We have seen in the recent past landmark decisions being passed by the Indian Supreme Court that have given better clarity on issues that are namely, the burden of proof, the aspect of intent to cheat, jurisdiction on a case arising under Section 138 of the Negotiable Instruments Act, and the time of strict compliances. The two cases have general and worthwhile lessons for people giving or receiving cheques in capacity as individuals or corporate entities. This blog will provide an analysis of these recent judgments and will focus on issues that this blog’s readers should know about.
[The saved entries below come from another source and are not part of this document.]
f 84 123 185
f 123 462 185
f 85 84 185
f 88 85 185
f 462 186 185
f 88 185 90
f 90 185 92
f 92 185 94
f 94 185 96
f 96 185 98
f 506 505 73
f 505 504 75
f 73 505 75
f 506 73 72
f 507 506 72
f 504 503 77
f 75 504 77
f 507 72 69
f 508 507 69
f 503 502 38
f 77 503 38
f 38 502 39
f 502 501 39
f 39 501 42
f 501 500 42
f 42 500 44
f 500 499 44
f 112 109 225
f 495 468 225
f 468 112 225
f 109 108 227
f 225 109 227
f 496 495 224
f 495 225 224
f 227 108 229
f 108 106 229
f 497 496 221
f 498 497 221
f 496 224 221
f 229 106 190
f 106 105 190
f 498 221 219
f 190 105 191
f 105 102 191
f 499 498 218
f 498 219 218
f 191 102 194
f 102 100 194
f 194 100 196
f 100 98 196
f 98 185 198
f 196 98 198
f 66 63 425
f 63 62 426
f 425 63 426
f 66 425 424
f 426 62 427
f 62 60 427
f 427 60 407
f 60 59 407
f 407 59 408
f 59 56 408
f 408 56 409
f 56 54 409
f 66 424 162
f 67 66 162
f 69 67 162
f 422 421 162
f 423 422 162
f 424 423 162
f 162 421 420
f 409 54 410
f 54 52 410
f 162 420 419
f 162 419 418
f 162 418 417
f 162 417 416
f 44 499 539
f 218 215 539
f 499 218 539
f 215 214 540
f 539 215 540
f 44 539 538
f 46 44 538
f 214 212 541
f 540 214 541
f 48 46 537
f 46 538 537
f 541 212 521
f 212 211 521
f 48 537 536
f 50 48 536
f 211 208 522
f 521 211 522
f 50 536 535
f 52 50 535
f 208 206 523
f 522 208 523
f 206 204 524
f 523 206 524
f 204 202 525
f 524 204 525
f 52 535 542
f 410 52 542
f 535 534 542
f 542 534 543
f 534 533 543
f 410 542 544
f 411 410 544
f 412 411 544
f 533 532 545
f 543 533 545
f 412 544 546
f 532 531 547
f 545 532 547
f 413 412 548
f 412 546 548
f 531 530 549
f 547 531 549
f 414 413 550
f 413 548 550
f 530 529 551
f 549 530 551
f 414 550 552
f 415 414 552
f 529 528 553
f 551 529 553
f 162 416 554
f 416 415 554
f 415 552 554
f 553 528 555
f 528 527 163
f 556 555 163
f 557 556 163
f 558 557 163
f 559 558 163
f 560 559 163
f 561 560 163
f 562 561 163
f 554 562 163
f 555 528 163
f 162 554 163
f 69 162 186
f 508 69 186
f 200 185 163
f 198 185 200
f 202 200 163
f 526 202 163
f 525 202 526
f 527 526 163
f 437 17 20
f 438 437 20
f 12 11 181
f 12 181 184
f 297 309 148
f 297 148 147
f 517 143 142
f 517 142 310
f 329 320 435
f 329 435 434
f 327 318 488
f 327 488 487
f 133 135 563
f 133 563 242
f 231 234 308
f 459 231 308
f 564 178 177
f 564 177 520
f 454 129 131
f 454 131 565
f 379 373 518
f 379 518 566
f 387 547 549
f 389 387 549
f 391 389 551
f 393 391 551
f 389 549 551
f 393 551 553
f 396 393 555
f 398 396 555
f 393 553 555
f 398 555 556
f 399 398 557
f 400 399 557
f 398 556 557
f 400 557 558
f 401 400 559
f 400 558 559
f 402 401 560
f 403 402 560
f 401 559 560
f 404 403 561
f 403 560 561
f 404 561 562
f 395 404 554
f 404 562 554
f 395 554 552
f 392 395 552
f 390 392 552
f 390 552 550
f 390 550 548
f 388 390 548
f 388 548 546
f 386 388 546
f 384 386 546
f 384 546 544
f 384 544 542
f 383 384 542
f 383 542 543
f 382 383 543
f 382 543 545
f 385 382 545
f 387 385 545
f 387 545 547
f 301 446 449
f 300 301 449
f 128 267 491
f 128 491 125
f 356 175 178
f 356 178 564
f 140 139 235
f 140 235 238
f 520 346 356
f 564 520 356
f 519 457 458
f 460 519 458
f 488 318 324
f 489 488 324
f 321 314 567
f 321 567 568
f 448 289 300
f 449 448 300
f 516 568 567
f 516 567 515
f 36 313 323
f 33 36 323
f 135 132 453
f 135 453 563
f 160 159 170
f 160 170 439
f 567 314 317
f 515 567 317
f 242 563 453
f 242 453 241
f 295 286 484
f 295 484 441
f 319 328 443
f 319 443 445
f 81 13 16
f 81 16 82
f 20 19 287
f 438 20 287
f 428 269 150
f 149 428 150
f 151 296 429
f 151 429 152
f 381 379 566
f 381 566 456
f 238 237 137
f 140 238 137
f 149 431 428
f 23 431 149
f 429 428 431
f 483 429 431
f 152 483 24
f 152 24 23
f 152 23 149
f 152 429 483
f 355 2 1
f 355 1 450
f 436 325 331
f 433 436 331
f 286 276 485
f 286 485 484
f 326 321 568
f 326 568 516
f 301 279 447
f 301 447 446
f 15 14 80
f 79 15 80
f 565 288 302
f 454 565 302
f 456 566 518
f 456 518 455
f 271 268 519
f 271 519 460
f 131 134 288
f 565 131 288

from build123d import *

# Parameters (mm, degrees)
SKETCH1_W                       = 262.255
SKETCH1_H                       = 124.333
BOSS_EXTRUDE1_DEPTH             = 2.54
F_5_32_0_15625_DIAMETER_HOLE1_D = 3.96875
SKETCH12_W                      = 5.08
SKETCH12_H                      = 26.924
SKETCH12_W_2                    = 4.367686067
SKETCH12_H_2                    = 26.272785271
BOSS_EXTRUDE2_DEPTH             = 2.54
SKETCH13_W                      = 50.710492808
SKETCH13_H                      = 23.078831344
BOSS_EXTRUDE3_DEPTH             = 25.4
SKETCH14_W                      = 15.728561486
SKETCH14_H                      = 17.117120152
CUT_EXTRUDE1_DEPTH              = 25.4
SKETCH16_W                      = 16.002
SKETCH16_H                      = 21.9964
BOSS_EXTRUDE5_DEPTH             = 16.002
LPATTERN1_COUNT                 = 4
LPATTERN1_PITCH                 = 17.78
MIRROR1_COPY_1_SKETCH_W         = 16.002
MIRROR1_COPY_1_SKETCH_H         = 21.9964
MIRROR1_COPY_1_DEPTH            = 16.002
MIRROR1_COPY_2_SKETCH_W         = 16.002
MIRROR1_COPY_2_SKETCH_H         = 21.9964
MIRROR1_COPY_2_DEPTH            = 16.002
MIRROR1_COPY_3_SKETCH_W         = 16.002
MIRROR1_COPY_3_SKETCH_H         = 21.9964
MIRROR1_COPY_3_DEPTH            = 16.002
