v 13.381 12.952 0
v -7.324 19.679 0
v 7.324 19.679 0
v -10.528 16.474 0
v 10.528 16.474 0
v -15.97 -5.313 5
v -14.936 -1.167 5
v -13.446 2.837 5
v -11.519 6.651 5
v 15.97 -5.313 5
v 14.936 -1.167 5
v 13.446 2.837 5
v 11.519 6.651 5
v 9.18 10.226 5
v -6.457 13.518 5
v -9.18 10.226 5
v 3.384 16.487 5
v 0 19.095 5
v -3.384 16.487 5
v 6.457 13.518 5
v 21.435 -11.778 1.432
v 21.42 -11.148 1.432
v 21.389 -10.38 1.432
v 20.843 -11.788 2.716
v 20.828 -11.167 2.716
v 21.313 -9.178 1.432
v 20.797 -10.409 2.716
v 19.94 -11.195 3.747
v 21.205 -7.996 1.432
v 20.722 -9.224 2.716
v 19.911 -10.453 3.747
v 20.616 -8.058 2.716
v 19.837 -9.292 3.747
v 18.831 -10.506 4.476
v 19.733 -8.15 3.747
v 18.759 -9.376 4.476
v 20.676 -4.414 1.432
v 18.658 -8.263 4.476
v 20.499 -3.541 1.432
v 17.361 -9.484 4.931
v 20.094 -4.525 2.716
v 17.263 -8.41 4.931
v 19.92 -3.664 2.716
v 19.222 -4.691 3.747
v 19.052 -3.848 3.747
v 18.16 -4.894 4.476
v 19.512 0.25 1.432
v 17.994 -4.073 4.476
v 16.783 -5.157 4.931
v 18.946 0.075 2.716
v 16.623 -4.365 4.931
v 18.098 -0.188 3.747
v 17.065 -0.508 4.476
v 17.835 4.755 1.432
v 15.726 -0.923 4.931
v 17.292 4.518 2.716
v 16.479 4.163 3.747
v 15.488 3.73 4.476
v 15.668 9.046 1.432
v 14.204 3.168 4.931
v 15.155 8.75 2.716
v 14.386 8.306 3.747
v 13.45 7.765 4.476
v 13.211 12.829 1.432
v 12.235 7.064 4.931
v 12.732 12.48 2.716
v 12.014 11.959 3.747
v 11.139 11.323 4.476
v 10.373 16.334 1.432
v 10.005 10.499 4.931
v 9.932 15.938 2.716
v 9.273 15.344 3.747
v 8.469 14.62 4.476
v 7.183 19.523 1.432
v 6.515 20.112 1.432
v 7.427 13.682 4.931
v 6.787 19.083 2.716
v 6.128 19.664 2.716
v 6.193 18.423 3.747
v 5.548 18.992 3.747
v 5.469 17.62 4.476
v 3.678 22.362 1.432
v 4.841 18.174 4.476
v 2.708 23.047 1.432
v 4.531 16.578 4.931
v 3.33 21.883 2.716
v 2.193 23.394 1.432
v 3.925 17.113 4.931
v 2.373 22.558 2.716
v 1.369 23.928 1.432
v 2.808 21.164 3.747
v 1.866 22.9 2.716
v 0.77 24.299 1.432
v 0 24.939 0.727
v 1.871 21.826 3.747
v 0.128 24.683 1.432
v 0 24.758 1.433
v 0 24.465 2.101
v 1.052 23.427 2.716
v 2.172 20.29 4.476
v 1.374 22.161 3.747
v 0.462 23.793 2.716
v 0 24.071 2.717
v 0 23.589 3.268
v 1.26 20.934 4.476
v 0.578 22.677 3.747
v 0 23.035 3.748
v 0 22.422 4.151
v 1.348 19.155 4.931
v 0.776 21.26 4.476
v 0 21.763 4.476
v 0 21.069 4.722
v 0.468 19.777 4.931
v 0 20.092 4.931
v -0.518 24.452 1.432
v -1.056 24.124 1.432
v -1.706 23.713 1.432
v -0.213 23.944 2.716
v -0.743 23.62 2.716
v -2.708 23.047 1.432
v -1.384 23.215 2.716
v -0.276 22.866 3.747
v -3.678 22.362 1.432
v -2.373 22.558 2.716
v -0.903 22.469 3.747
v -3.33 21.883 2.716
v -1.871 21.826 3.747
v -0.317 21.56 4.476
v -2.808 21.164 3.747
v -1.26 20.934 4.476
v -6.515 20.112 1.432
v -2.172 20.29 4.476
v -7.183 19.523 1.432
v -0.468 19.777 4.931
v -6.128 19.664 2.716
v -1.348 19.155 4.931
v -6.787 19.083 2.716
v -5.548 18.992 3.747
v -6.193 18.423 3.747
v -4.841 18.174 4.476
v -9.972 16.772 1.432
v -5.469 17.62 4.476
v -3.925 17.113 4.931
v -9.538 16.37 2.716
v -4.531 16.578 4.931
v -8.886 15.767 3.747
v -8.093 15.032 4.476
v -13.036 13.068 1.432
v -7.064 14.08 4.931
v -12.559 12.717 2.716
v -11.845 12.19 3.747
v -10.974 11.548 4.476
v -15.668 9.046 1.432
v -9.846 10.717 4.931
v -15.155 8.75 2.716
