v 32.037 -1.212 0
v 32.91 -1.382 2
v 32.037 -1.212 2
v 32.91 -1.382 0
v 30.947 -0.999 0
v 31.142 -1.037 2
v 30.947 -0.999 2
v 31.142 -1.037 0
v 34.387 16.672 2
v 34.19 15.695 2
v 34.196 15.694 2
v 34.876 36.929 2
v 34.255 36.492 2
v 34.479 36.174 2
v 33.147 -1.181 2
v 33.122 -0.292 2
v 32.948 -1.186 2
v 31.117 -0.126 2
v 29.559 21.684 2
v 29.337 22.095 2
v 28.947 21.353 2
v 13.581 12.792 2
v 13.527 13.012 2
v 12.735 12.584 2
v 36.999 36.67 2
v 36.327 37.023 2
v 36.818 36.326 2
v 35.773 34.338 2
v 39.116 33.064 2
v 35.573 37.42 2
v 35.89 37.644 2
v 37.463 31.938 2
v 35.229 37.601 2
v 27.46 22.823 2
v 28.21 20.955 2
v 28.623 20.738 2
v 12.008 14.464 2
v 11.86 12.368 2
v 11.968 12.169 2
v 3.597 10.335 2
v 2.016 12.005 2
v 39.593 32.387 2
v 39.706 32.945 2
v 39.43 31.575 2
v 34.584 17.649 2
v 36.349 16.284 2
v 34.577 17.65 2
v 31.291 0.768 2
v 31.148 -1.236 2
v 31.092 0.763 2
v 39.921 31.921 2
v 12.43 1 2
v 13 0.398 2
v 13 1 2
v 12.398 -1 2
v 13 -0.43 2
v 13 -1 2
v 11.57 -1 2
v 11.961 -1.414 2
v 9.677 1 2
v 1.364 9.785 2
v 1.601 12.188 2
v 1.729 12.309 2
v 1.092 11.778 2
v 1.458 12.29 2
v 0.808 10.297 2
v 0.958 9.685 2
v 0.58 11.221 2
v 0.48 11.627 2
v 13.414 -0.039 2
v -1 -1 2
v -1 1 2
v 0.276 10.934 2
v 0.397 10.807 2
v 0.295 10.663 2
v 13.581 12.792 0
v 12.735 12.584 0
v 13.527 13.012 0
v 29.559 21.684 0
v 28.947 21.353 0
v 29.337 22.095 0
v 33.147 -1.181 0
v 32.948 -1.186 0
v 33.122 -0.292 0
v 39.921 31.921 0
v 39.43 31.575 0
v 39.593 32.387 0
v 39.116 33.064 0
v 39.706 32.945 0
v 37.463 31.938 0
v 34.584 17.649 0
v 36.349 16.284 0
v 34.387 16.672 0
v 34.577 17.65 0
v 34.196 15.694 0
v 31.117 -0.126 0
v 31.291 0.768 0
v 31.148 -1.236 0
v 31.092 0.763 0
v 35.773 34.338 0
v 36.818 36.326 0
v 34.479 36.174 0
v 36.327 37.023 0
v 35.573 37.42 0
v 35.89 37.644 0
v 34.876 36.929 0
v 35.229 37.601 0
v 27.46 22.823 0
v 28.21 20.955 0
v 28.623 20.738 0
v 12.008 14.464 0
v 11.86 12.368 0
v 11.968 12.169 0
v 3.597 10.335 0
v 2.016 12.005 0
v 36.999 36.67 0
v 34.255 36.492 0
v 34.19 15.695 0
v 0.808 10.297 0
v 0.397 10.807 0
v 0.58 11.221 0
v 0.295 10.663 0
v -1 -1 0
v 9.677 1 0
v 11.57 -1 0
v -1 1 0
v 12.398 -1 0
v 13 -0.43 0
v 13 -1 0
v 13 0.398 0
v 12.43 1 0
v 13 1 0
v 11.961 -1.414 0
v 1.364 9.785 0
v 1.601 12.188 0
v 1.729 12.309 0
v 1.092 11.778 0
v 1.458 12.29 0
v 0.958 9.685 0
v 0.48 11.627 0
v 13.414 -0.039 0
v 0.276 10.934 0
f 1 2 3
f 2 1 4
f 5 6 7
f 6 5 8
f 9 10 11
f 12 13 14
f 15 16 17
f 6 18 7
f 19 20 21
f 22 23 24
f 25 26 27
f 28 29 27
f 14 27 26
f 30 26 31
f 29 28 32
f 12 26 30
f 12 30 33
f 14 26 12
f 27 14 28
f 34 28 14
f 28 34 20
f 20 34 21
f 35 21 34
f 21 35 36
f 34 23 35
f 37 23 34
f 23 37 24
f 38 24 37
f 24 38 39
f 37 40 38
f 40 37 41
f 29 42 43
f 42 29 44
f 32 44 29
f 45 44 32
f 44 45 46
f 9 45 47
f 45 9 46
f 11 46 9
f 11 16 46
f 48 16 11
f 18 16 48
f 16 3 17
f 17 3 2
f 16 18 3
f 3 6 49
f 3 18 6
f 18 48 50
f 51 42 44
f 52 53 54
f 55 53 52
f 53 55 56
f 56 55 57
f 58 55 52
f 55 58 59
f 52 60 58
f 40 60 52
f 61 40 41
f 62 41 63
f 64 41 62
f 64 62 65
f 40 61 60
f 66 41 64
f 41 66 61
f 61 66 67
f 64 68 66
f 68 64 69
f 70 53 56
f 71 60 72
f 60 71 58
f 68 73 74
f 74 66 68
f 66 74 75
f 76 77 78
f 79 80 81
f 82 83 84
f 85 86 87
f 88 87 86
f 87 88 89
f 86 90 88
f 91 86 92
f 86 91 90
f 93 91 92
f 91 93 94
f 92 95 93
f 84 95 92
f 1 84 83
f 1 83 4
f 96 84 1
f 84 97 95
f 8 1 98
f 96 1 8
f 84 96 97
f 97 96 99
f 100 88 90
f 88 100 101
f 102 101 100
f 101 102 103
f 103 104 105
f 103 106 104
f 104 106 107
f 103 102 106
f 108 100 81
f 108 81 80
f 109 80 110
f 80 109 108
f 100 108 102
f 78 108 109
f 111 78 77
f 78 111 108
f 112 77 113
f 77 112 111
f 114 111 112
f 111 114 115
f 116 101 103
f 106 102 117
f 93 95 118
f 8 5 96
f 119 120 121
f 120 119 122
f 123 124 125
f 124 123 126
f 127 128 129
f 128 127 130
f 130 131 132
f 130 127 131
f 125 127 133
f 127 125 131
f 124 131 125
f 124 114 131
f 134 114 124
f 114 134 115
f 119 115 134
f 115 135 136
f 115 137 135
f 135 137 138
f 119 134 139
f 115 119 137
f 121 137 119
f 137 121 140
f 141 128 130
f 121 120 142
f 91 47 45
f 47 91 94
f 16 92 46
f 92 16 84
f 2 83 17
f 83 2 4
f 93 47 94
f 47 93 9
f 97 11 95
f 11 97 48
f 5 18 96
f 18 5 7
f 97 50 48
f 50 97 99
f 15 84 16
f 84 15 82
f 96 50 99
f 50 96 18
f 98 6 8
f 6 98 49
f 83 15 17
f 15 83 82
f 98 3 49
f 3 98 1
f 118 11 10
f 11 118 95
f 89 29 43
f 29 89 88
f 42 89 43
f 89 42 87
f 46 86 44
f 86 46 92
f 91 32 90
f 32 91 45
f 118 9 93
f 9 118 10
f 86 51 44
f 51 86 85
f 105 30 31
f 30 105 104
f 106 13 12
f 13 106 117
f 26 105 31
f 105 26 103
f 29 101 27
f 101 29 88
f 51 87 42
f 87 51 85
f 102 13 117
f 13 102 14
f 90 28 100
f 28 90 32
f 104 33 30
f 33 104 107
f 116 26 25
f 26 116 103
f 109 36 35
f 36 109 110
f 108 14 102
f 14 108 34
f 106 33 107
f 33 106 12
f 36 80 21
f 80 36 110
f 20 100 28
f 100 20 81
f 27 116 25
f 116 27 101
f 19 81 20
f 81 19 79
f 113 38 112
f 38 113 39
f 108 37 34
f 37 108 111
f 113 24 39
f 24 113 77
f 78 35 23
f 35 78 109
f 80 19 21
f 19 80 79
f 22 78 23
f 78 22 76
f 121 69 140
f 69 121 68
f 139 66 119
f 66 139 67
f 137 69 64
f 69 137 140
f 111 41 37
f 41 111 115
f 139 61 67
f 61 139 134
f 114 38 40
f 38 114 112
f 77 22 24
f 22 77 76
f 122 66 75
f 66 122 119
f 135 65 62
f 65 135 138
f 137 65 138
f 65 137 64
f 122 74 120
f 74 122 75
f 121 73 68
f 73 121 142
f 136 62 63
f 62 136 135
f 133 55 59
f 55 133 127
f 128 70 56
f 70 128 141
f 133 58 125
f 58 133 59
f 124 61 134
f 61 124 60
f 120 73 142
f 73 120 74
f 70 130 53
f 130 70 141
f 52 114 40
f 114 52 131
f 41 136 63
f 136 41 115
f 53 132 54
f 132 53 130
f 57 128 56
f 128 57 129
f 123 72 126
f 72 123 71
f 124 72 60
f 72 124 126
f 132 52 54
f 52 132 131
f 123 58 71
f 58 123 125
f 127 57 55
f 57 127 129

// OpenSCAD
function gen_length(max_length, height) = round(rands(height,max_length,1)[0]);

function gen_angle() = rands(-160, 160, 1)[0];

function matrix_identity() = 
    [ [1, 0, 0, 0],
      [0, 1, 0, 0],
      [0, 0, 1, 0],
      [0, 0, 0, 1] ];

function matrix_translate1(length, height, must_jump) =
    [ [1, 0, 0, length-height],
      [0, 1, 0, 0],
      [0, 0, 1, must_jump ? height:0],
      [0, 0, 0,  1] ];

function matrix_translate2(height) =
    [ [1, 0, 0, -height/2],
      [0, 1, 0, -height/2],
      [0, 0, 1, 0], //to make translate when intersecting
      [0, 0, 0,  1] ];

function matrix_rotate(angle) =       
    [ [cos(angle), -sin(angle), 0, 0],
      [sin(angle),  cos(angle), 0, 0],
      [         0,           0, 1, 0],
      [         0,           0, 0,  1] ];

function bar_vertices(length, height, mtx) = cube_vertices(-height/2, length-height/2, height/2, height, mtx);

function cube_vertices(dx1,dx2, dy, dz, mtx) = 
    [
        mtx*[  dx1,  -dy,  0, 1 ],  //0
        mtx*[ dx2,  -dy,  0, 1 ],  //1
        mtx*[ dx2,  dy,  0, 1 ],  //2
        mtx*[  dx1,  dy,  0, 1 ],  //3
        mtx*[  dx1,  -dy,  dz, 1 ],  //4
        mtx*[ dx2,  -dy,  dz, 1 ],  //5
        mtx*[ dx2,  dy,  dz, 1 ],  //6
        mtx*[  dx1,  dy,  dz, 1 ]]; //7

CubeFaces = [
  [0,1,2,3],  // bottom
  [4,5,1,0],  // front
  [7,6,5,4],  // top
  [5,6,2,1],  // right
  [6,7,3,2],  // back
  [7,4,0,3]]; // left
  
counter = [];  

function plane_side(p0, p1, p2, q) = (q-p1)*cross((p0-p1)*(p2-p1)) > 0;

function inside(p0, p1, p2, r0, r1, r2, q) = plane_side(p0, p1, p2, q) == !plane_side(r0, r1, r2, q);

function inside_face(bar_vtx, inx, q) = inside(bar_vtx[inx[0]], bar_vtx[inx[1]], bar_vtx[inx[2]], bar_vtx[inx[3]], bar_vtx[inx[4]], bar_vtx[inx[5]], q);
    
function inside_bar(bar_vtx, q) = inside_face(bar_vtx, [0,1,2,7,6,5],q) && inside(bar_vtx, [4,5,1,6,7,3],q) && inside(bar_vtx,[5,6,2,7,4,0],q);

function intersect_bars(bar_vtx1, bar_vtx2) = len([for (i = [0:7]) if (inside_bar(bar_vtx1, bar_vtx2[i])) 1]); 

module step1(max_length=10, height=1, mtx, n=5, counter)
    {
        length = gen_length(max_length, height);
        angle = gen_angle();
        mtxr = [ for (i = [ 0 : 2 ]) [ for (j = [ 0 : 3 ]) mtx[i][j] ] ];
        bar_vtx = bar_vertices(length,height,mtxr);
        intersect_array = [for (i = [0, len(counter)-2]) if (intersect_bars(counter[i], bar_vtx)) 1];
        must_jump = (len(intersect_array) > 0);
        echo("ARRAY:", intersect_array, "Jump?:", must_jump);
        mt1 = matrix_translate1(length, height, must_jump);
        mt2 = matrix_translate2(height);
        mr = matrix_rotate(angle);
        mm = mt1*mr; //possibly the opposite
        mtx = mtx*mm;
        counter = concat(counter, [bar_vtx]);
        translate([-height/2, -height/2, 0])
            color("blue", 0.5)
                cube([length, height, height]);
                translate([length-height,0,must_jump ? height:0])
                    rotate([0,0,angle])
                        if (n>1) step1(max_length, height, mtx, n-1, counter);
    };




step1(20,2,matrix_identity(), 10, counter);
Recent Supreme Court Judgments on Cheque Bounce Cases

1. Ajitsinh Chehuji Rathod Vs. State of Gujarat & Anr

Key Issue:

In Ajitsinh Chehuji Rathod vs State of Gujarat & Anr., the main controversy arose over the negation of presumptions regarding bonafide of the signatures on the dishonoured cheques. The accused, Mr Rathod, sought to challenge the dishonour of the cheque and argued that the signatures on the cheque were forged while urging him to produce expert handwriting to defend himself.

Supreme Court’s Ruling:

A drastic judgment was delivered on 29 Jan 2024 when the Supreme Court held that the accused has to prove that the signatures on a dishonoured cheque are forged. The Court further clarified that in as much as the accused has the onus to prove the forged signature, you must provide the appropriate defence evidence to prove the same. The court also clarified that the court is not under any duty to help the accused look for evidence for their side.

In this case, the appellant had also sought to have the cheque forwarded to the trial court for handwriting examination but was declined. After this, he went to the higher instances and all of them refused him to adduce further evidence. The Supreme Court supported these decisions by saying that it was not the responsibility of the court to assist the accused to gather evidence after the case has been called for determination.

The Supreme Court noted that the accused should have taken steps during the trial to challenge the signature’s authenticity, such as by obtaining certified copies of specimen signatures from the bank and requesting the court to compare them. The accused did not raise this point in the trial and therefore the Court had no reason to allow new evidence on appeal.

The Court noted that even Section 118’s presumption was rebuttable but it was the accused’s burden to come up with sufficient evidence to do so.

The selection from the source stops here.